U.S. stocks rose Friday, posting modest weekly gains, after the monthly employment report showed the labor market continued its slow recovery in May.
Stocks started off the week wavering between small gains and losses, before momentum picked up on the week’s final trading day.
One factor that helped break the lull: the May jobs report. Labor Department data released Friday showed the U.S. economy added slightly fewer jobs than economists had expected, while the unemployment rate fell more than expected. Together, the mixed data offered investors one main takeaway: the labor market is improving, but not at a pace that will make the Federal Reserve rush to pare back additional support from the economy.
“Nothing from today is going to move the needle for the Fed imminently,” said James McCann, deputy chief economist at Aberdeen Standard Investments, in emailed comments.

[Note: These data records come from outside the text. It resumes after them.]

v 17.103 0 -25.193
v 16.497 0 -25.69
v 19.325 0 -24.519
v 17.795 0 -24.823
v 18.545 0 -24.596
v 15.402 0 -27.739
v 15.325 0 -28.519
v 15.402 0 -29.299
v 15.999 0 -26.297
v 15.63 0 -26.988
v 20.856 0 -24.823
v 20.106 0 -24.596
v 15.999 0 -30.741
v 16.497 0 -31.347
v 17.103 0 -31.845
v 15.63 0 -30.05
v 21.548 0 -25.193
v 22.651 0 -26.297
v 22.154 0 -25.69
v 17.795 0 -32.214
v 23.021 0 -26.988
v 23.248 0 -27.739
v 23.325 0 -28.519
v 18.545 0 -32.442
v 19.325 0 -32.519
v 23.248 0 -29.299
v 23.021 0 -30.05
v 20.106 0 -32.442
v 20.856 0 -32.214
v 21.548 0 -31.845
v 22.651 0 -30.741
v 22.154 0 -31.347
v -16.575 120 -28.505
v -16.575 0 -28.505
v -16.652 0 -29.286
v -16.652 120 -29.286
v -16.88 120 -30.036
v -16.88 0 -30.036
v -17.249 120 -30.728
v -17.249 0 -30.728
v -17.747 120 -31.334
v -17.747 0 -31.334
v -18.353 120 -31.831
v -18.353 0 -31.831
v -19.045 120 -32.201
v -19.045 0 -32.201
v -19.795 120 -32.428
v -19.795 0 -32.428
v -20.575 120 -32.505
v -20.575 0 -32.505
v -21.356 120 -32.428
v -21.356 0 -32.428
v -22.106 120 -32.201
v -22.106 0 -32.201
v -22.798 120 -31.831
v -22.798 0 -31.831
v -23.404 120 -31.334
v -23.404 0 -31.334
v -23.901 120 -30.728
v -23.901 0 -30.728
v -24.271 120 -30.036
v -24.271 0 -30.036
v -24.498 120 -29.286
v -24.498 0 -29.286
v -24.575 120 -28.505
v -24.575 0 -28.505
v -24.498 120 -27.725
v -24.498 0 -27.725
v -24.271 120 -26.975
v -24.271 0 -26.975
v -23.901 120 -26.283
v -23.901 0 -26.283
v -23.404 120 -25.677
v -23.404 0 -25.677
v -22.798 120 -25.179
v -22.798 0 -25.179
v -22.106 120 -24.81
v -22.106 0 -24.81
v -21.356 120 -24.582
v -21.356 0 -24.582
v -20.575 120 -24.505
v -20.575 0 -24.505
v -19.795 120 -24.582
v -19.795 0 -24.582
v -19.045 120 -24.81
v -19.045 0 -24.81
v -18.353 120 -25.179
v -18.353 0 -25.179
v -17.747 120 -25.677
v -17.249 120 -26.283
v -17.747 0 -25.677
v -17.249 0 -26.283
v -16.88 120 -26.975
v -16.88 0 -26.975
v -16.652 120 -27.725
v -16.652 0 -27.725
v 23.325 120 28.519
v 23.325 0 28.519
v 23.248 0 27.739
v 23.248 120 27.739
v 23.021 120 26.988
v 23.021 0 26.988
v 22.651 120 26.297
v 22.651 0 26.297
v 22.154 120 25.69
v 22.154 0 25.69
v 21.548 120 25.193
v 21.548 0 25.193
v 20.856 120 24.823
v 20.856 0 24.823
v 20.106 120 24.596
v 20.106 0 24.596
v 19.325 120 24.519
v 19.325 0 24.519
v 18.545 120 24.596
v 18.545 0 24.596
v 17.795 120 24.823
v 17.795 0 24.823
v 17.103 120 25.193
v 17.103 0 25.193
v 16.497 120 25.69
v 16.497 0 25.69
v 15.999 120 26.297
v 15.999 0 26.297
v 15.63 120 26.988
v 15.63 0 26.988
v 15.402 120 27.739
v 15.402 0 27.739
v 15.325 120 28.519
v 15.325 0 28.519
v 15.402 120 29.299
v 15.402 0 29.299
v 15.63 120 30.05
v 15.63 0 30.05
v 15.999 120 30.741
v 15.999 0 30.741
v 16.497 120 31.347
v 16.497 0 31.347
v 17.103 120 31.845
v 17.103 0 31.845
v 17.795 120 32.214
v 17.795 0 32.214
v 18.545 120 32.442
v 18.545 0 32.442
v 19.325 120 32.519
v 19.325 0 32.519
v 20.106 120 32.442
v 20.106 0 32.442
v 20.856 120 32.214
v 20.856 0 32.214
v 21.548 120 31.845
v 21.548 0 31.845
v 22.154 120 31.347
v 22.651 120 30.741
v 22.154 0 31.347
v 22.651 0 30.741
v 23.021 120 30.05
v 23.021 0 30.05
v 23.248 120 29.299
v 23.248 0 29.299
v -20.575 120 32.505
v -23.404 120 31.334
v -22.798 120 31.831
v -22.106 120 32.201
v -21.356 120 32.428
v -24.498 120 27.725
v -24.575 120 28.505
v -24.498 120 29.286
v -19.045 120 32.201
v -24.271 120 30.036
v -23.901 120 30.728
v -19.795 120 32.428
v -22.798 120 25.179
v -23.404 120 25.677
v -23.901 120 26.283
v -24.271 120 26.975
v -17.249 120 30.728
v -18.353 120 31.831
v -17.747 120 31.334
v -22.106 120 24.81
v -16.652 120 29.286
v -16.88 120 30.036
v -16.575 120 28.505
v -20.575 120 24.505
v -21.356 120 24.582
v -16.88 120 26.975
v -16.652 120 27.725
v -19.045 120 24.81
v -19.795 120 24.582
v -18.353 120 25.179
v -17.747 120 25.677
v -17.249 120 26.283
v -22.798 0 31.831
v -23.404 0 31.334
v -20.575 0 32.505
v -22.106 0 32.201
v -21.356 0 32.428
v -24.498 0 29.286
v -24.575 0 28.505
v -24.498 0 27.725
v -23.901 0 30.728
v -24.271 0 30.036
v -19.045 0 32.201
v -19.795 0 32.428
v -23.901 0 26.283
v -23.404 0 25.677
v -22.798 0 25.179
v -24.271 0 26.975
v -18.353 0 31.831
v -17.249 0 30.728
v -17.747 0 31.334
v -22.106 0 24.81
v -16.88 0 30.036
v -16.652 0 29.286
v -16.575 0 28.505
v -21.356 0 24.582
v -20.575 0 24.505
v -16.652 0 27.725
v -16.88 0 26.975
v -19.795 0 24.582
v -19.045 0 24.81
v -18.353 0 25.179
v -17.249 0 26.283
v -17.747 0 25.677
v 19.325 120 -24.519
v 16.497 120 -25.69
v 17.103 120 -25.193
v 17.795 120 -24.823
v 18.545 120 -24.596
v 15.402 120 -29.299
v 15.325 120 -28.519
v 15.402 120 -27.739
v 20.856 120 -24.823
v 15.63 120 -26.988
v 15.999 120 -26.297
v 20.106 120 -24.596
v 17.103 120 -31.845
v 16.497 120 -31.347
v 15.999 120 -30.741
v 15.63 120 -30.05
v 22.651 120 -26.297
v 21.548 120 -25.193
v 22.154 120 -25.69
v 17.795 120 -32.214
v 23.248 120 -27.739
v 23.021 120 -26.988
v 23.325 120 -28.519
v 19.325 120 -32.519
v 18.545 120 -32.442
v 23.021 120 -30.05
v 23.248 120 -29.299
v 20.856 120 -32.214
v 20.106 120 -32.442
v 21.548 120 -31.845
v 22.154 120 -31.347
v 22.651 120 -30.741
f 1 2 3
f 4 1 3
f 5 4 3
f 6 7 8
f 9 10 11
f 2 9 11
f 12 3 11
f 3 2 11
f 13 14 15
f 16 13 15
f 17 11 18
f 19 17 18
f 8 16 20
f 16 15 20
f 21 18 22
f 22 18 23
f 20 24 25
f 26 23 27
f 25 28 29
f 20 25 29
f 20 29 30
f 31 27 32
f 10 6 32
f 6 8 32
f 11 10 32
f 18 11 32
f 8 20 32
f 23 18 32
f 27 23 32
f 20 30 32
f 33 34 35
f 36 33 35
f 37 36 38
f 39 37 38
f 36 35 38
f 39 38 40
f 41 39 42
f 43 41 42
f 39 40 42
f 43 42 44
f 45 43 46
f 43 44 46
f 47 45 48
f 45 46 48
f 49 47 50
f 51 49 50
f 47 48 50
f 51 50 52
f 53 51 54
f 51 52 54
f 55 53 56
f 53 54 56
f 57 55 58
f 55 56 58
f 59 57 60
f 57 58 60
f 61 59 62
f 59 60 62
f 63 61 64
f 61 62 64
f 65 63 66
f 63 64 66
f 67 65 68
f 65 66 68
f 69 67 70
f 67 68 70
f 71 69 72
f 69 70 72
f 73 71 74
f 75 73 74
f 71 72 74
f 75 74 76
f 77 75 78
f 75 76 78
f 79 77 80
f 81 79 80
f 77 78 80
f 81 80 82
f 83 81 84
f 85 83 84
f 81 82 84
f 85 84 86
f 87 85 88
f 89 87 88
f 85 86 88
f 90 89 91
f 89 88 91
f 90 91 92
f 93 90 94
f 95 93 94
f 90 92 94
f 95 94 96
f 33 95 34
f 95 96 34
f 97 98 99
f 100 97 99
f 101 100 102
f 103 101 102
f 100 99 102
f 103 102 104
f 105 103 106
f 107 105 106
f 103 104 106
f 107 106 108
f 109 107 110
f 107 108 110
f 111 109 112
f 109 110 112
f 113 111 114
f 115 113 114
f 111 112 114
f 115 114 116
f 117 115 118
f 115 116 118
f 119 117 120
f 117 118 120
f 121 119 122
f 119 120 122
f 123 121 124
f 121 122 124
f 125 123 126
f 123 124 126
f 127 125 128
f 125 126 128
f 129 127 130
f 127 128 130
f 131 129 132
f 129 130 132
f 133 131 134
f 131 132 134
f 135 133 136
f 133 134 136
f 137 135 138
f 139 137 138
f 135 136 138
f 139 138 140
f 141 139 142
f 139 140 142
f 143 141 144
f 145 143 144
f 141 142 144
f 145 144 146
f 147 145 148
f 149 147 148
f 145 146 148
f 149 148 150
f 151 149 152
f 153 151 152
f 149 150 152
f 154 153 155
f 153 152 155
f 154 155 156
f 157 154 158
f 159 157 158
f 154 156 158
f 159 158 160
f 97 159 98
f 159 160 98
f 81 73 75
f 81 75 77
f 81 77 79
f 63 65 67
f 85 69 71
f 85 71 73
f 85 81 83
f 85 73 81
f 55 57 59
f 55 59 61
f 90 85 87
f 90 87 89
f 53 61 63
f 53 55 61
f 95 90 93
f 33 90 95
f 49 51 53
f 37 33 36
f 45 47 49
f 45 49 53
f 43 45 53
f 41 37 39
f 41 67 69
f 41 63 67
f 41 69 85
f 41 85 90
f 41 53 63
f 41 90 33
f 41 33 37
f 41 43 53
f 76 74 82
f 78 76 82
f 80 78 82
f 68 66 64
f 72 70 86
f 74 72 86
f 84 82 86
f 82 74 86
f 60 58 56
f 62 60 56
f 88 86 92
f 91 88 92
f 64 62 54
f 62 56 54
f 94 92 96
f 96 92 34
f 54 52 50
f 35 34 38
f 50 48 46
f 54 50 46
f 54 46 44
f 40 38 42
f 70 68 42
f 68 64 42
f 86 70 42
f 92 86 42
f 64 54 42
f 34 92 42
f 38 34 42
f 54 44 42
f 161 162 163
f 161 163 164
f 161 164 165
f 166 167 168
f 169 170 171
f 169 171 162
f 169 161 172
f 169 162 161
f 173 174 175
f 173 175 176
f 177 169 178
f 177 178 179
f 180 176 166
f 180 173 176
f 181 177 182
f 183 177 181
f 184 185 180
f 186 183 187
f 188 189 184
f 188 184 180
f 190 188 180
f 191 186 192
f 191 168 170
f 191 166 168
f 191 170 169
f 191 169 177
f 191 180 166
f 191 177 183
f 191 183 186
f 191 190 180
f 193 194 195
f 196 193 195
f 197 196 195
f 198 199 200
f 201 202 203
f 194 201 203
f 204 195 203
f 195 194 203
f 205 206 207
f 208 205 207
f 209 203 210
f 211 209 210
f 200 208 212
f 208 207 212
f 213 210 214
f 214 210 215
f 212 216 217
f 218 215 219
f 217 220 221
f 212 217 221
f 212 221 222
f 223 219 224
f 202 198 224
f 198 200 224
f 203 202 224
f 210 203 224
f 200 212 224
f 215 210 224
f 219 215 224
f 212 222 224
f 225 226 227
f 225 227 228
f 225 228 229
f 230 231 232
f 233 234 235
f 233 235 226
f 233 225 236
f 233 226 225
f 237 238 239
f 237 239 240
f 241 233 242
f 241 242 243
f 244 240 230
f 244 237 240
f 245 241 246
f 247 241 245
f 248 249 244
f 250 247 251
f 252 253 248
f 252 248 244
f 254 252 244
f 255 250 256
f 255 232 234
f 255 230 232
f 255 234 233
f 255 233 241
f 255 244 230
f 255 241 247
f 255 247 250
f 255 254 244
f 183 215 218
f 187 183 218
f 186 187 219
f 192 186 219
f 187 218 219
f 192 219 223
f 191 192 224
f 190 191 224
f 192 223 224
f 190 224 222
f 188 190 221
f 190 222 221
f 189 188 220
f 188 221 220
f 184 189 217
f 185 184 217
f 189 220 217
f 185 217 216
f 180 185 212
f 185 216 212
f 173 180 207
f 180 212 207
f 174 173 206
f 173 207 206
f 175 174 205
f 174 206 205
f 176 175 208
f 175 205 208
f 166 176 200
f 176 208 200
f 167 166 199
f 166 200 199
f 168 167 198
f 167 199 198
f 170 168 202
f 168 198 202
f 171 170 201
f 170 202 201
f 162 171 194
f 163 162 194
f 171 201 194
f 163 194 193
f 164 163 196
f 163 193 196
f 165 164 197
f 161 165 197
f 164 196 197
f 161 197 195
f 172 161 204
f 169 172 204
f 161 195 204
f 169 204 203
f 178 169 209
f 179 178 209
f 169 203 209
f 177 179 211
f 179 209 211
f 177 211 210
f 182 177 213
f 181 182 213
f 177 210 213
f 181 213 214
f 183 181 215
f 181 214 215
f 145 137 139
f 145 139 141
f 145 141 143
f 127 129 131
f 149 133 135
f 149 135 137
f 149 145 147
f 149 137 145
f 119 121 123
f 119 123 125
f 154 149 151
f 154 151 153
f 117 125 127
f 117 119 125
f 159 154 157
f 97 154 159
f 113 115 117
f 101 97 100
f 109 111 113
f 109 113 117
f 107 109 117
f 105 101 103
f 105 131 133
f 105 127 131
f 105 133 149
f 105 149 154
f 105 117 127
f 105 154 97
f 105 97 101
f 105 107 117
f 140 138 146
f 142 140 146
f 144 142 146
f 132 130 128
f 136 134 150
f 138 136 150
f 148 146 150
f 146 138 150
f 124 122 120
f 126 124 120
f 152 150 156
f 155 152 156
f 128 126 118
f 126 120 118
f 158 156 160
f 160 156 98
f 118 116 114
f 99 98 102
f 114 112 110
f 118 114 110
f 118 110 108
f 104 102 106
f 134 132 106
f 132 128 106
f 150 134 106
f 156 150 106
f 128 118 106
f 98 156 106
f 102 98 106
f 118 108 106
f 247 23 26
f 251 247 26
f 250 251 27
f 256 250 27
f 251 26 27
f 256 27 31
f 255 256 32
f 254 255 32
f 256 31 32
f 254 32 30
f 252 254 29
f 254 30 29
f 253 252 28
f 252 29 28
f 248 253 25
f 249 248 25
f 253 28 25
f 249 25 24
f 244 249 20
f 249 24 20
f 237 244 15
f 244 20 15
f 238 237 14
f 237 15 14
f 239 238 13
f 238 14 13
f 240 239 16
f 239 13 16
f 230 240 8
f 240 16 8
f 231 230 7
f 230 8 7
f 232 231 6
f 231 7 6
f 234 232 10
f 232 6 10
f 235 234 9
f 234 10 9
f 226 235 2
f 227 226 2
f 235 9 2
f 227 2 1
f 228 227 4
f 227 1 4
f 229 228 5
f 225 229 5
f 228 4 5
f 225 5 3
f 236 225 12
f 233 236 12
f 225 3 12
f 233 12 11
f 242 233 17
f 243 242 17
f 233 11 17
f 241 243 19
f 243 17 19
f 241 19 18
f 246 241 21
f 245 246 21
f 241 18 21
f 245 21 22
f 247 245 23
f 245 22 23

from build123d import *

# Parameters (mm, degrees)
SKETCH2_R             = 4
BOSS_EXTRUDE1_DEPTH   = 120
BOSS_EXTRUDE1_2_DEPTH = 120
BOSS_EXTRUDE1_3_DEPTH = 120
BOSS_EXTRUDE1_4_DEPTH = 120


with BuildPart() as part:
    # Sketch2 → Boss-Extrude1 (new body)
    with BuildSketch(Plane(origin=(0, 0, 0), x_dir=(1, 0, 0), z_dir=(0, 1, 0))):
        with Locations((19.325260187, 28.518864445)):
            Circle(SKETCH2_R)
    extrude(amount=BOSS_EXTRUDE1_DEPTH)


with BuildPart() as body_2:
    # Sketch2 → Boss-Extrude1 2 (new body)
    with BuildSketch(Plane(origin=(0, 0, 0), x_dir=(1, 0, 0), z_dir=(0, 1, 0))):
        with Locations((-20.575260187, 28.505316266)):
            Circle(SKETCH2_R)
    extrude(amount=BOSS_EXTRUDE1_2_DEPTH)


with BuildPart() as body_3:
    # Sketch2 → Boss-Extrude1 3 (new body)
    with BuildSketch(Plane(origin=(0, 0, 0), x_dir=(1, 0, 0), z_dir=(0, 1, 0))):
        with Locations((19.325260187, -28.518864445)):
            Circle(SKETCH2_R)
    extrude(amount=BOSS_EXTRUDE1_3_DEPTH)


with BuildPart() as body_4:
    # Sketch2 → Boss-Extrude1 4 (new body)
    with BuildSketch(Plane(origin=(0, 0, 0), x_dir=(1, 0, 0), z_dir=(0, 1, 0))):
        with Locations((-20.575260187, -28.505316266)):
            Circle(SKETCH2_R)
    extrude(amount=BOSS_EXTRUDE1_4_DEPTH)


solid = Compound([part.part, body_2.part, body_3.part, body_4.part])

Barring a sustained pickup in wage pressures, “the Fed remains convinced that short term price pressures will not last, suggesting that rates will be on hold until 2023 absent any nasty surprises,” Mr. McCann said.
The Dow Jones Industrial Average gained 179.35 points, or 0.5%, to 34756.39, finishing just below its all-time closing high hit last month. The S&P 500 added 37.04 points, or 0.9%, to 4229.89, also just missing a record, while the Nasdaq Composite advanced 199.98 points, or 1.5%, to 13814.49.
For the week, the Dow advanced 0.7%, the S&P 500 climbed 0.6% and the Nasdaq gained 0.5%.
In bond markets, the yield on the 10-year U.S. Treasury note fell to 1.559%, its lowest level since late April, from 1.624% Thursday. Investors had said a better-than-expected jobs report could prompt selling in safe government bonds, while the reverse could lead to buying. Yields fall as bond prices rise.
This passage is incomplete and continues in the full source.